+++ Data for the task

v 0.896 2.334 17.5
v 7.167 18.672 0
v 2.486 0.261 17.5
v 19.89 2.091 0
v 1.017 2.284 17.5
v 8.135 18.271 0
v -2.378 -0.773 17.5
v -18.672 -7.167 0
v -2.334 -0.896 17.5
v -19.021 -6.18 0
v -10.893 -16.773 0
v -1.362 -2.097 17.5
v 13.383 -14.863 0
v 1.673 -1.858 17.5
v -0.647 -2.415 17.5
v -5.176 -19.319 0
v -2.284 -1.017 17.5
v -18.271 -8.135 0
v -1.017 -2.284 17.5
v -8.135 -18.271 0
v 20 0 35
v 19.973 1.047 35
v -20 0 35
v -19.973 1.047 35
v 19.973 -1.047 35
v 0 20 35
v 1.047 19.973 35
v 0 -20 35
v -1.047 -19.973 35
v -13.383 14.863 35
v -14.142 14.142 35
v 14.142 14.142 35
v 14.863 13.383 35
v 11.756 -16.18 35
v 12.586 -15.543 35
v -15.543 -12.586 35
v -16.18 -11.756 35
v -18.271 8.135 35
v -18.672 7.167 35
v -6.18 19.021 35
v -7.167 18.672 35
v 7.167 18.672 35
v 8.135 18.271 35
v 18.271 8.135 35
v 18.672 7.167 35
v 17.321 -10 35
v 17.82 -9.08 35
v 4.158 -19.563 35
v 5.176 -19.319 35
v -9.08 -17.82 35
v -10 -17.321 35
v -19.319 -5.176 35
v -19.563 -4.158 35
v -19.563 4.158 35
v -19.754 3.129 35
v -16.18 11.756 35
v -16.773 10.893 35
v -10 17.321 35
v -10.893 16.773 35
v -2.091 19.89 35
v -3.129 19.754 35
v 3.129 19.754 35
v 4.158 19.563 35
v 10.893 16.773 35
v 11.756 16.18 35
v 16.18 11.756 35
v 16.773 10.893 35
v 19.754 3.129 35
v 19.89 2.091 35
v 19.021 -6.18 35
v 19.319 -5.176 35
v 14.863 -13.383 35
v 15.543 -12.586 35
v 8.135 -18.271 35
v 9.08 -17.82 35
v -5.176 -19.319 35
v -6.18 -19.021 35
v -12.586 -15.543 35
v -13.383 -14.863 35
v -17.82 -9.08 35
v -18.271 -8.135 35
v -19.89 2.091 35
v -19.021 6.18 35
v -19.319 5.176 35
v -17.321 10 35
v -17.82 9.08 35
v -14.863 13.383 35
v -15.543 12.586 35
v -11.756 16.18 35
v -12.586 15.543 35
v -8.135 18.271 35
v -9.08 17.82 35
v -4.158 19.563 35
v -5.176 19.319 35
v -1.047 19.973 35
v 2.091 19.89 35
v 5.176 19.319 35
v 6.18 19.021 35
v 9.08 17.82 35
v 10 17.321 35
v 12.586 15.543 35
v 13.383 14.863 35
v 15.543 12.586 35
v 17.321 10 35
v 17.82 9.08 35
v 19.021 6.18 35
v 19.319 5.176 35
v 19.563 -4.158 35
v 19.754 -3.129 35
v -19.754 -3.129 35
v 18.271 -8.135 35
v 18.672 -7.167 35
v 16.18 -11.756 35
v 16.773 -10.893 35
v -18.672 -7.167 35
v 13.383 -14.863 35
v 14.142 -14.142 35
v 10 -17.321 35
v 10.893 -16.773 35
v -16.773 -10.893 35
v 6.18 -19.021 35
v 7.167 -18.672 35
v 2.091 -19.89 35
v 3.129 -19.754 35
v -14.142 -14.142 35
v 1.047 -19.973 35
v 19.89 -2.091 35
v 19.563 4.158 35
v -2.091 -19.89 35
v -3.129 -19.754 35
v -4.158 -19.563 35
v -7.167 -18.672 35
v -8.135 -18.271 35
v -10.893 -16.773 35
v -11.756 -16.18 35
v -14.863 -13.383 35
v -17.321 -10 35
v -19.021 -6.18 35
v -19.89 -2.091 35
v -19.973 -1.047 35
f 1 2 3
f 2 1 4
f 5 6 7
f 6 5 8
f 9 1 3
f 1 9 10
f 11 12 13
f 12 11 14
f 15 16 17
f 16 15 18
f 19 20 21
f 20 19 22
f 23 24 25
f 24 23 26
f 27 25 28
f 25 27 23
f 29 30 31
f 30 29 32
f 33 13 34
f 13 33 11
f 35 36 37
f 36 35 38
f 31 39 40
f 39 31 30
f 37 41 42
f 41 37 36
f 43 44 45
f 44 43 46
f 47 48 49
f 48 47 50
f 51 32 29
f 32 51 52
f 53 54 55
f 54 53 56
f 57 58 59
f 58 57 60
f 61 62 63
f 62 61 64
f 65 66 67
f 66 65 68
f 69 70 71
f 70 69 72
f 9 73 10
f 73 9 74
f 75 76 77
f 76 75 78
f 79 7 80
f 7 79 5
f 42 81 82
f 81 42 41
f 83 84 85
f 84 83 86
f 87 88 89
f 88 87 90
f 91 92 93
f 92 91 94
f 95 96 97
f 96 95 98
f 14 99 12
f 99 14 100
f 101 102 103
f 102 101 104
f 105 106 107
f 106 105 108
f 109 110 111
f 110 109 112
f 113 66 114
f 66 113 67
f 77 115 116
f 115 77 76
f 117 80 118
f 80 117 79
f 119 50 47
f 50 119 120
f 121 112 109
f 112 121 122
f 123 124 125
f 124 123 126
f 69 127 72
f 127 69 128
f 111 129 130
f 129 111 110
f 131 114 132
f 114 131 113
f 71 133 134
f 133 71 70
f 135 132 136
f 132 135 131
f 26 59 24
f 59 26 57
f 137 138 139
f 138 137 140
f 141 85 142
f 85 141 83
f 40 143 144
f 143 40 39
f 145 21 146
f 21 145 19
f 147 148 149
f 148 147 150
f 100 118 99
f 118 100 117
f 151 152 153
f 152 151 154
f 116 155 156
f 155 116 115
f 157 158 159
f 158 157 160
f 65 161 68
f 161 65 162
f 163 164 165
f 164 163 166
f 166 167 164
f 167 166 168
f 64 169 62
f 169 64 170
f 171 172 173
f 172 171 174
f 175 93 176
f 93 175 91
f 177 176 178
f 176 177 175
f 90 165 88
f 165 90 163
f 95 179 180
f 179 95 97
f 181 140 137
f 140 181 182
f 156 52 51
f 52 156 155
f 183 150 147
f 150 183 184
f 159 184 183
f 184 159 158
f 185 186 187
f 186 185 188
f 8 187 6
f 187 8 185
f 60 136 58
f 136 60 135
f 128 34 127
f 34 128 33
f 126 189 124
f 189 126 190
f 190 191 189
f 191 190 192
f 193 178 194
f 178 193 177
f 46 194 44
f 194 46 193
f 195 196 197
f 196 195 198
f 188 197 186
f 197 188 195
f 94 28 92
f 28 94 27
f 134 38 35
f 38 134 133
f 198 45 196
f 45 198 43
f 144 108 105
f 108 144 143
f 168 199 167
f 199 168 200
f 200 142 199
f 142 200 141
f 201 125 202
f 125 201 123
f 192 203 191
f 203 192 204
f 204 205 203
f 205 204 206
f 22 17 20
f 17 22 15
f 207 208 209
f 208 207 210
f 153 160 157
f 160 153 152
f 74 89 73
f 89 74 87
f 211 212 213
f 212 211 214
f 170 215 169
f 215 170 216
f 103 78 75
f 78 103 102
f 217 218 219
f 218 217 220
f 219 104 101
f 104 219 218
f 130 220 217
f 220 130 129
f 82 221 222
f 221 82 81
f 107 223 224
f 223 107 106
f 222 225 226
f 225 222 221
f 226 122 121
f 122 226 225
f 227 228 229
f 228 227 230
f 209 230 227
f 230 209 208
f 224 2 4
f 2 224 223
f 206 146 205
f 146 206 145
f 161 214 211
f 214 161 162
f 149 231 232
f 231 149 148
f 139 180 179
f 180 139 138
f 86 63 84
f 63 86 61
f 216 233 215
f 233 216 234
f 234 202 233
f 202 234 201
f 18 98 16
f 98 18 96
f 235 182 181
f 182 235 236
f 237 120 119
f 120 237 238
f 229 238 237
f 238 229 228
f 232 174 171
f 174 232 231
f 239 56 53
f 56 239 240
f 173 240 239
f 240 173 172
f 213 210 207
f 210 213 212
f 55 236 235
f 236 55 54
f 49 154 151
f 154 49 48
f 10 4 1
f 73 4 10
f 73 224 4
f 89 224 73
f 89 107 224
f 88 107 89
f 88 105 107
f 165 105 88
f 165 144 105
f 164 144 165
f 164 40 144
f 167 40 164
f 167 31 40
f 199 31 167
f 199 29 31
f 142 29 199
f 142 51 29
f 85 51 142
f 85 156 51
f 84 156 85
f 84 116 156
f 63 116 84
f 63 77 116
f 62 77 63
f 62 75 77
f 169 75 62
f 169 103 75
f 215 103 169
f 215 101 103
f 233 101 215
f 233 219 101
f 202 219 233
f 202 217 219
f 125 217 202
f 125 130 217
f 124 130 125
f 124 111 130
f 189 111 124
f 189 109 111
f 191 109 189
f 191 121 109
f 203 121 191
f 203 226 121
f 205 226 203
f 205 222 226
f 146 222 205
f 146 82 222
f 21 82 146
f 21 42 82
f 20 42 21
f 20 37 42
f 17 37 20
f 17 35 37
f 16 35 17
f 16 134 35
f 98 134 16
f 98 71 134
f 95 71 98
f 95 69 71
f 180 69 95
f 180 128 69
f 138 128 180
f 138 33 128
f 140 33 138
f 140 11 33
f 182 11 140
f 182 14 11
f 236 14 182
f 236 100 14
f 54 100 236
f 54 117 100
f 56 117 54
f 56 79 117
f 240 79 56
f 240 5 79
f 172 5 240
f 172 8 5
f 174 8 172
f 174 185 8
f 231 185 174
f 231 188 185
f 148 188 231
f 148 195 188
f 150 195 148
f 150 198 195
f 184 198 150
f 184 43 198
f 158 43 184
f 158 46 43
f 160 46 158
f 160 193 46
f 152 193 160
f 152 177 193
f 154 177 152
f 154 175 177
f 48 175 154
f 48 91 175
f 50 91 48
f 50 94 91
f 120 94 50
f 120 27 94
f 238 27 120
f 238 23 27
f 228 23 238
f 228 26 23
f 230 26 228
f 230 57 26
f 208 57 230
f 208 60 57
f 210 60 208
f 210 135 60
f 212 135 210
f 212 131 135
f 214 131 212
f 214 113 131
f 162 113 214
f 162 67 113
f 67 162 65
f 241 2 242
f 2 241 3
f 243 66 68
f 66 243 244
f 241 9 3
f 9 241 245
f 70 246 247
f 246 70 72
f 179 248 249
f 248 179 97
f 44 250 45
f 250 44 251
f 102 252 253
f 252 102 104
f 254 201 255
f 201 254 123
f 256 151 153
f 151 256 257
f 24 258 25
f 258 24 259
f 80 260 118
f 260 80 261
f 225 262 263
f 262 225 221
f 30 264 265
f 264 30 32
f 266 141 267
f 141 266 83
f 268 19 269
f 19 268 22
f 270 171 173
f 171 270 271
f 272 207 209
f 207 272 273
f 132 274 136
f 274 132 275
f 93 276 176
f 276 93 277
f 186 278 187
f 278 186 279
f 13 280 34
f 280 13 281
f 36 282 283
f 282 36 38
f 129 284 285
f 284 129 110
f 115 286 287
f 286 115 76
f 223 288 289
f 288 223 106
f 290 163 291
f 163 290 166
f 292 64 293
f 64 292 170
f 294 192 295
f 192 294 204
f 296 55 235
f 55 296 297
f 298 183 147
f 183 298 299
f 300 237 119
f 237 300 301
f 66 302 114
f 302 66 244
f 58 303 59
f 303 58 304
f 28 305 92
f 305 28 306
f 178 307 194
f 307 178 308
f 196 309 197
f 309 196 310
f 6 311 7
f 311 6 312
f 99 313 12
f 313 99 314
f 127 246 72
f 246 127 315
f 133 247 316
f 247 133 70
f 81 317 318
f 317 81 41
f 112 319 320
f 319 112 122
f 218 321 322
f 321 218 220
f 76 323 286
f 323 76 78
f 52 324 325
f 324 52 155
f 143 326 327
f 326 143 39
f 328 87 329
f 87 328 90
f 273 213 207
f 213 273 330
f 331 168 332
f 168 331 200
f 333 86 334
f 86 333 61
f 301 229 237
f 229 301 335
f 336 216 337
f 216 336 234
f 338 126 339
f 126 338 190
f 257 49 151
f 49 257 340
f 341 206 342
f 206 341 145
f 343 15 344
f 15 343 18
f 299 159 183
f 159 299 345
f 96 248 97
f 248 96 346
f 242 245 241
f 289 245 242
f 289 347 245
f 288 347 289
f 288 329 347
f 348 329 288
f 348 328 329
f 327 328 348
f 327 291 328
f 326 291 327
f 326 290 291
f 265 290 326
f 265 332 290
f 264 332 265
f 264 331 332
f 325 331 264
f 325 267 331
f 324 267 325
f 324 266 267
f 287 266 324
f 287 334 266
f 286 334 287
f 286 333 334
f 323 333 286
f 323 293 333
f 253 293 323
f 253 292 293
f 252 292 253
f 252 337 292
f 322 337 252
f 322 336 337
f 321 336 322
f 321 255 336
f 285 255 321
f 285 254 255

++++++

**Try it:**
The lines above from the one with "f 343 15 344" through the one with "f 286 333 334" are to be duplicated exactly, ends included, with nothing added.

**Exercise answer:**
f 343 15 344
f 15 343 18
f 299 159 183
f 159 299 345
f 96 248 97
f 248 96 346
f 242 245 241
f 289 245 242
f 289 347 245
f 288 347 289
f 288 329 347
f 348 329 288
f 348 328 329
f 327 328 348
f 327 291 328
f 326 291 327
f 326 290 291
f 265 290 326
f 265 332 290
f 264 332 265
f 264 331 332
f 325 331 264
f 325 267 331
f 324 267 325
f 324 266 267
f 287 266 324
f 287 334 266
f 286 334 287
f 286 333 334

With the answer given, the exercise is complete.